#### Materials provided ####

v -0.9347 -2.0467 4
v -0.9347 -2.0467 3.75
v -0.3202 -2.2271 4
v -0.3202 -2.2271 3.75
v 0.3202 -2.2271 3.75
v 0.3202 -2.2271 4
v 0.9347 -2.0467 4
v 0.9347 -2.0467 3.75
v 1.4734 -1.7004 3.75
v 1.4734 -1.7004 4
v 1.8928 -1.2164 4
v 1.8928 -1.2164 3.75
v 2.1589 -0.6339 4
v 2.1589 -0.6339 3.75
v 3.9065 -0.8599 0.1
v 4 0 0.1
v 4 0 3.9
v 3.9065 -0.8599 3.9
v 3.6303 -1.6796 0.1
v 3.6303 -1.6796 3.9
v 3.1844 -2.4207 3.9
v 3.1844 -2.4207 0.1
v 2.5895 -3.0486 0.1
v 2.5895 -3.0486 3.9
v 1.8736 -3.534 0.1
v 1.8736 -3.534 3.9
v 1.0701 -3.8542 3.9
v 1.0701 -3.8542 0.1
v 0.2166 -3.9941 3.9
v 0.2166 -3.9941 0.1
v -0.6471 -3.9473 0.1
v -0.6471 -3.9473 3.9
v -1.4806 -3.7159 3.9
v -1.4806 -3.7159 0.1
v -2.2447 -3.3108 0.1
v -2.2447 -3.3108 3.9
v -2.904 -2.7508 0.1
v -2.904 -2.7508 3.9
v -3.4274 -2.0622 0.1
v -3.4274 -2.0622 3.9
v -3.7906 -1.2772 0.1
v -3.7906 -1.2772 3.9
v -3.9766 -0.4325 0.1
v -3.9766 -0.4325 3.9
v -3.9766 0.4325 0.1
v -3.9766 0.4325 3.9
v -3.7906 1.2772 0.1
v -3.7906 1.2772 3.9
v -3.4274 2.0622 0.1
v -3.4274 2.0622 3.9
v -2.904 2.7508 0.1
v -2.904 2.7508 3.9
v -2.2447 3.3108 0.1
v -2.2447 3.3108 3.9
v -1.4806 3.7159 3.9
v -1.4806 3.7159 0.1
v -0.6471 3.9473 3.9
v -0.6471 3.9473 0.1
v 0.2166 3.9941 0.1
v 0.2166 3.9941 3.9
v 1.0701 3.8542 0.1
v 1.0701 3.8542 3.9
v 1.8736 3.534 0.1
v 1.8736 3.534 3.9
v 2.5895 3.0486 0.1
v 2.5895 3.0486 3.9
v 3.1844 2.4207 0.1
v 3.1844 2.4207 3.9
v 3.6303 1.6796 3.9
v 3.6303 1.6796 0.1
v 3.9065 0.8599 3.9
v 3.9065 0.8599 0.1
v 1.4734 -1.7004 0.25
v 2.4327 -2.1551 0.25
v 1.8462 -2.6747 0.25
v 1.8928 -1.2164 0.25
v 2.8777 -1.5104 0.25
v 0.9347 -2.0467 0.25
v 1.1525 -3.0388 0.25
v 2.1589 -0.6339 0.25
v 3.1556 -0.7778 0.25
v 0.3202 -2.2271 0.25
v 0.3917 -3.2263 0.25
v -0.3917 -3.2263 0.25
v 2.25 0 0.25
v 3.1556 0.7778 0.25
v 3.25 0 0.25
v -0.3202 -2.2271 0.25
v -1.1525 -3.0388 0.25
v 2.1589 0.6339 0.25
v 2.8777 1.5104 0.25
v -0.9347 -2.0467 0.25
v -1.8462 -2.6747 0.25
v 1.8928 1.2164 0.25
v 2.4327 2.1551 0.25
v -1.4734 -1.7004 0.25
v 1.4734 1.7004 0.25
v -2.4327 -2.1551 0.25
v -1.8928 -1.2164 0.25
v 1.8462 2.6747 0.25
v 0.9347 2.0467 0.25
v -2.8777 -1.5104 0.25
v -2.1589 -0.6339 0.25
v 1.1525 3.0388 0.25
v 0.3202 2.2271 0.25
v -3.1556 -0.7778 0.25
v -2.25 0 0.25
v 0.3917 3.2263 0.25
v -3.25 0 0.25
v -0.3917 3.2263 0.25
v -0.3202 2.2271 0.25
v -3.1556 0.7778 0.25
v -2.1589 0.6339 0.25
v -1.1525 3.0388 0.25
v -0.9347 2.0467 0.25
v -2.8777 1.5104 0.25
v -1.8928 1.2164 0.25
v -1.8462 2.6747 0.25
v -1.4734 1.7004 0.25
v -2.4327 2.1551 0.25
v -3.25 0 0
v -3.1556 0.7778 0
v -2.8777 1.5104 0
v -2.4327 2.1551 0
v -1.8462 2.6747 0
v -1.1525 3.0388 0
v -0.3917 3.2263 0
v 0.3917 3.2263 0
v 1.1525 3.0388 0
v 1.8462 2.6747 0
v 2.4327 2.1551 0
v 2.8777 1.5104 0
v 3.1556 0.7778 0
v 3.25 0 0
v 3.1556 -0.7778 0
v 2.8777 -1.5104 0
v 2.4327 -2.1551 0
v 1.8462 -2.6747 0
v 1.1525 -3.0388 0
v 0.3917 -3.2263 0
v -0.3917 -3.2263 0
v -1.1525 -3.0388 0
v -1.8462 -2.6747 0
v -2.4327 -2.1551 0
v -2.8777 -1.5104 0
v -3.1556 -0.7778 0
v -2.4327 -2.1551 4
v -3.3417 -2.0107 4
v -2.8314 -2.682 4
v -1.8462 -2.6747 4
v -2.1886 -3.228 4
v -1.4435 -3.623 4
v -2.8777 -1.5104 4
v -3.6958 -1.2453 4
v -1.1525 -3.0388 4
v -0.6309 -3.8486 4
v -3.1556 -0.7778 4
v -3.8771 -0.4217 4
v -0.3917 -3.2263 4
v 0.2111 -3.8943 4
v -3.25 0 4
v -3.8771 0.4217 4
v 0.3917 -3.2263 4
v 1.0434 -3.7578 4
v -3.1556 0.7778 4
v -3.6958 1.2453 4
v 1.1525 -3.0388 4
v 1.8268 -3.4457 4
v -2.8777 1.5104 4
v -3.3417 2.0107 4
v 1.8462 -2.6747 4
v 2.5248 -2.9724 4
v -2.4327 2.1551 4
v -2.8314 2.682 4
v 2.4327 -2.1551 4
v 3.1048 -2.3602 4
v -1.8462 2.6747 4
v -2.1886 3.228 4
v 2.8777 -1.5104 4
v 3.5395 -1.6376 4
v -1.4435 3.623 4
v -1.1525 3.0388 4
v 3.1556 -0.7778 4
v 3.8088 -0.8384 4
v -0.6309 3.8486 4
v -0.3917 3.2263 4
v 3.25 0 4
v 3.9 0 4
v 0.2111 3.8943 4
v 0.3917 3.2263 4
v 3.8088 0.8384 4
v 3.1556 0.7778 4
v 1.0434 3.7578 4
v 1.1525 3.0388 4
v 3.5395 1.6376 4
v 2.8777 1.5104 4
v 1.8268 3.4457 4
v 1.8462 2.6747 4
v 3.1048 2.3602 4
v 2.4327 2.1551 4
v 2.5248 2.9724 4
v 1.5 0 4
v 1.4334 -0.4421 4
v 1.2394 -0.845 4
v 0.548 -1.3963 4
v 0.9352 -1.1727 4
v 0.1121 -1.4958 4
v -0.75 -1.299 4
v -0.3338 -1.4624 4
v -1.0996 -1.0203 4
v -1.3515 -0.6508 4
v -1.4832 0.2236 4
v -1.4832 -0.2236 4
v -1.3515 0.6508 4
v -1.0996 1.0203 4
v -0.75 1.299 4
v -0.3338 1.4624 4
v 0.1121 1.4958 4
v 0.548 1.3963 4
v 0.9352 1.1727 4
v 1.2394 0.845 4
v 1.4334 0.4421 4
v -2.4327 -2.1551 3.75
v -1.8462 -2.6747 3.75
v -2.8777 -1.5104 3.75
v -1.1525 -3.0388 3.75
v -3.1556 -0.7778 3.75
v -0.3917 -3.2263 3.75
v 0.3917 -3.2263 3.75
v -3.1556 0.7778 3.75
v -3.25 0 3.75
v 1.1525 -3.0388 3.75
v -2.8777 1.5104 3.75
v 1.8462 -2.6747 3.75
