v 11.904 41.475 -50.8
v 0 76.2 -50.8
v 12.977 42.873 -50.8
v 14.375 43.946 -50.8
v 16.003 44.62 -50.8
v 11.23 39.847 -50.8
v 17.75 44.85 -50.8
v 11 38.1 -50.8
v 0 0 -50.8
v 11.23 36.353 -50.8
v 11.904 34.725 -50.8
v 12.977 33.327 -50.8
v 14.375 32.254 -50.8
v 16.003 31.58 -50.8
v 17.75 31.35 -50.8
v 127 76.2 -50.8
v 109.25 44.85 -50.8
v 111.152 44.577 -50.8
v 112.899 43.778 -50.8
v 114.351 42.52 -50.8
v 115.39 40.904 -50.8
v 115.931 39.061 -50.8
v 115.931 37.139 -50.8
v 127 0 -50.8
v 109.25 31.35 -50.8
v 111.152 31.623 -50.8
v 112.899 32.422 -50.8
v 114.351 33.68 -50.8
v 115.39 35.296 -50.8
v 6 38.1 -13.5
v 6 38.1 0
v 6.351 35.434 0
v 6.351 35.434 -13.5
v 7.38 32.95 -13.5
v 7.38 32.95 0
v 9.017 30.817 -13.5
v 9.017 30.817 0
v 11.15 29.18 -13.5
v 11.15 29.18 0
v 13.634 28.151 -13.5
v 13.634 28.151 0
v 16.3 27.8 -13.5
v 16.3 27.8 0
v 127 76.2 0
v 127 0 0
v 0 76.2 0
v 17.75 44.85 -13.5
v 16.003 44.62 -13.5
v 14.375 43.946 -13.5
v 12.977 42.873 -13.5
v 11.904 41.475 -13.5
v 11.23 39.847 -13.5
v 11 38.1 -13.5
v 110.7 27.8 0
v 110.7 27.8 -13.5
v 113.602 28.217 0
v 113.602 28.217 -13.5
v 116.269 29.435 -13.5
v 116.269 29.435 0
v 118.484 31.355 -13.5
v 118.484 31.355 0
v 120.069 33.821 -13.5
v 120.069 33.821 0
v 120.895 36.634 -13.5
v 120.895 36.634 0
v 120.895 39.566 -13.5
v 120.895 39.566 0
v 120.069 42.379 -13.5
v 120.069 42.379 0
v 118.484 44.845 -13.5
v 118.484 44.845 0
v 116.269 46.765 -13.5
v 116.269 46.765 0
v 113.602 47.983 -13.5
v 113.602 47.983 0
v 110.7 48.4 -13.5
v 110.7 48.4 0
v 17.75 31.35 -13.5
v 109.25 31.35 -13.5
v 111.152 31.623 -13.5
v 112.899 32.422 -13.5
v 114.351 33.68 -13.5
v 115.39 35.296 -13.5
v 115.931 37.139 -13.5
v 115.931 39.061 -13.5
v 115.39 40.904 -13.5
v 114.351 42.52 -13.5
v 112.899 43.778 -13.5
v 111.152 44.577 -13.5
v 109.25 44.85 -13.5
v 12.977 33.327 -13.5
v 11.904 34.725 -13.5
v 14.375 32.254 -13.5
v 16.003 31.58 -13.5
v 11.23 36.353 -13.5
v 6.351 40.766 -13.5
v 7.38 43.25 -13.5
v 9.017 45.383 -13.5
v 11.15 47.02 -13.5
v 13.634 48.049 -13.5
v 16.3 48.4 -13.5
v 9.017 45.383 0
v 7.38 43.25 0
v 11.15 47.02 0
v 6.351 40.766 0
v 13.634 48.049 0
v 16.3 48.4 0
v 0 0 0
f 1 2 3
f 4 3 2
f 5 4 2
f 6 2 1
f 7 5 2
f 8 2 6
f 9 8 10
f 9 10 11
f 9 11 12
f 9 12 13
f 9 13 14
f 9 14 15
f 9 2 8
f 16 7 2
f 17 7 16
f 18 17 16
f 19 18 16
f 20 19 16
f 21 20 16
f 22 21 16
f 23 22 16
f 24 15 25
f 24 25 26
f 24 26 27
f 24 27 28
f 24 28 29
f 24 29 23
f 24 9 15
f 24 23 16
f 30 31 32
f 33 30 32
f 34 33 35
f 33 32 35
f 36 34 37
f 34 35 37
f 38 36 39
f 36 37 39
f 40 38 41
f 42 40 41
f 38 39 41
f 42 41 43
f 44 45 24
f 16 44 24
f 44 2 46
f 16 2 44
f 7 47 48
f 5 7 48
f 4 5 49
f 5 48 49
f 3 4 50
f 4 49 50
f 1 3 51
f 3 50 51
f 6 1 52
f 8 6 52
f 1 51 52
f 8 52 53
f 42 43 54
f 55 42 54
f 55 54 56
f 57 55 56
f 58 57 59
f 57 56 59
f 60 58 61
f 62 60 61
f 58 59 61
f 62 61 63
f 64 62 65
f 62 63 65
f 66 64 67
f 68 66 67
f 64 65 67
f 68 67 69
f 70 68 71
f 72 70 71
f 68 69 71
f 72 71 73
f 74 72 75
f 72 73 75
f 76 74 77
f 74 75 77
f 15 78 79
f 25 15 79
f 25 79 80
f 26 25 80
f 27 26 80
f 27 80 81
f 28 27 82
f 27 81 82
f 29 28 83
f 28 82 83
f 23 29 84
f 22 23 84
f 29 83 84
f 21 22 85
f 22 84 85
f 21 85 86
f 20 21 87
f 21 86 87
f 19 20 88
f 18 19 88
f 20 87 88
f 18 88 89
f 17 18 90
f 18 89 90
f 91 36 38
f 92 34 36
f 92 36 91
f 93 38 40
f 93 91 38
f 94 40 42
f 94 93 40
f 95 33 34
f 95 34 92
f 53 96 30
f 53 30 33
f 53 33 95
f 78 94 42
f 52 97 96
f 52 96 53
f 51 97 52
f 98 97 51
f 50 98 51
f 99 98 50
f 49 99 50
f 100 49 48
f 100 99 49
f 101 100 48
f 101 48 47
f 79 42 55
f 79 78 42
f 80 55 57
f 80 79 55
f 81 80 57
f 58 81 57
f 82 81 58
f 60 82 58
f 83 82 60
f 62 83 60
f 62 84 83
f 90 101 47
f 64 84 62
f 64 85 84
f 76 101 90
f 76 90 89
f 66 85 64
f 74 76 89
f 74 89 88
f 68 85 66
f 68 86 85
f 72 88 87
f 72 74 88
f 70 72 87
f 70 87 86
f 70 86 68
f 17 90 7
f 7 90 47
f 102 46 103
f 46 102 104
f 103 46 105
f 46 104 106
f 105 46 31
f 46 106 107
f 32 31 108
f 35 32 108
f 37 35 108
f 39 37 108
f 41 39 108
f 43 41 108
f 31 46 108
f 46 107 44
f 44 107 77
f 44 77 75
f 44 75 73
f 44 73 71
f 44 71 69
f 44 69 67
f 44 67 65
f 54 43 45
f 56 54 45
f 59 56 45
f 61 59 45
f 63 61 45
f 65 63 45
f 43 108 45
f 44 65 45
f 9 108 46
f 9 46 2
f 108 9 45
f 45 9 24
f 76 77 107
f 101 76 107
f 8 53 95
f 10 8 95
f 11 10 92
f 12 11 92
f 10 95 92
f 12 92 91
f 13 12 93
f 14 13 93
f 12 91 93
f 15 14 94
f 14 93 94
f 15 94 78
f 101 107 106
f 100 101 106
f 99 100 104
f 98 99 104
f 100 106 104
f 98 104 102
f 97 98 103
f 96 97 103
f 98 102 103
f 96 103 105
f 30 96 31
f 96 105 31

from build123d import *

# Parameters (mm, degrees)
SKETCH1_W           = 127
SKETCH1_H           = 50.8
BOSS_EXTRUDE1_DEPTH = 76.2
SKETCH2_R           = 6.75
CUT_EXTRUDE5_DEPTH  = 51.8
SKETCH3_R           = 10.3
CUT_EXTRUDE6_DEPTH  = 13.5


with BuildPart() as part:
    # Sketch1 → Boss-Extrude1 (new body)
    with BuildSketch(Plane(origin=(0, 0, 0), x_dir=(1, 0, 0), z_dir=(0, 1, 0))):
        with Locations((63.5, 25.4)):
            Rectangle(SKETCH1_W, SKETCH1_H)
    extrude(amount=BOSS_EXTRUDE1_DEPTH)

    # Sketch2 → Cut-Extrude5 (cut, through all)
    with BuildSketch(Plane.XY):
        with BuildLine():
            Line((63.5, 38.1), (63.5, 31.35))
            Line((63.5, 31.35), (109.25, 31.35))
            ThreePointArc((109.25, 31.35), (102.5, 38.1), (109.25, 44.85))
            Line((109.25, 44.85), (17.75, 44.85))
            ThreePointArc((17.75, 44.85), (22.522970773, 42.872970773), (24.5, 38.1))
            Line((24.5, 38.1), (63.5, 38.1))
        make_face()
        with BuildLine():
            Line((17.75, 31.35), (63.5, 31.35))
            Line((63.5, 31.35), (63.5, 38.1))
            Line((63.5, 38.1), (24.5, 38.1))
            ThreePointArc((24.5, 38.1), (22.522970773, 33.327029227), (17.75, 31.35))
        make_face()
        with Locations((109.25, 38.1)):
            Circle(SKETCH2_R)
        with BuildLine():
            ThreePointArc((17.75, 44.85), (12.977029227, 42.872970773), (11, 38.1))
            Line((11, 38.1), (24.5, 38.1))
            ThreePointArc((24.5, 38.1), (22.522970773, 42.872970773), (17.75, 44.85))
        make_face()
        with BuildLine():
            Line((24.5, 38.1), (11, 38.1))
            ThreePointArc((11, 38.1), (12.977029227, 33.327029227), (17.75, 31.35))
            ThreePointArc((17.75, 31.35), (22.522970773, 33.327029227), (24.5, 38.1))
        make_face()
    extrude(amount=-CUT_EXTRUDE5_DEPTH, mode=Mode.SUBTRACT)

    # Sketch3 → Cut-Extrude6 (cut)
    with BuildSketch(Plane.XY):
        with BuildLine():
            Line((63.5, 38.1), (63.5, 27.8))
            Line((63.5, 27.8), (110.7, 27.8))
            ThreePointArc((110.7, 27.8), (100.4, 38.099999965), (110.699999929, 48.4))
            Line((110.699999929, 48.4), (16.300000257, 48.4))
            ThreePointArc((16.300000257, 48.4), (23.583199937, 45.383199756), (26.6, 38.1))
            Line((26.6, 38.1), (63.5, 38.1))
        make_face()
        with BuildLine():
            Line((16.3, 27.8), (63.5, 27.8))
            Line((63.5, 27.8), (63.5, 38.1))
            Line((63.5, 38.1), (26.6, 38.1))
            ThreePointArc((26.6, 38.1), (23.583199846, 30.816800154), (16.3, 27.8))
        make_face()
        with BuildLine():
            ThreePointArc((16.300000257, 48.4), (9.016800244, 45.383199937), (6, 38.1))
            Line((6, 38.1), (26.6, 38.1))
            ThreePointArc((26.6, 38.1), (23.583199937, 45.383199756), (16.300000257, 48.4))
        make_face()
        with BuildLine():
            Line((26.6, 38.1), (6, 38.1))
            ThreePointArc((6, 38.1), (9.016800154, 30.816800154), (16.3, 27.8))
            ThreePointArc((16.3, 27.8), (23.583199846, 30.816800154), (26.6, 38.1))
        make_face()
        with Locations((110.7, 38.1)):
            Circle(SKETCH3_R)
    extrude(amount=-CUT_EXTRUDE6_DEPTH, mode=Mode.SUBTRACT)


solid = part.part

####

→ Exercise
Looking at the entries above, can you reproduce exactly the lines from the one that holds "v -3.3417 -2.0107 4" through the one that holds "v 1.0434 -3.7578 4", and only those?

→ Task solution
v -3.3417 -2.0107 4
v -2.8314 -2.682 4
v -1.8462 -2.6747 4
v -2.1886 -3.228 4
v -1.4435 -3.623 4
v -2.8777 -1.5104 4
v -3.6958 -1.2453 4
v -1.1525 -3.0388 4
v -0.6309 -3.8486 4
v -3.1556 -0.7778 4
v -3.8771 -0.4217 4
v -0.3917 -3.2263 4
v 0.2111 -3.8943 4
v -3.25 0 4
v -3.8771 0.4217 4
v 0.3917 -3.2263 4
v 1.0434 -3.7578 4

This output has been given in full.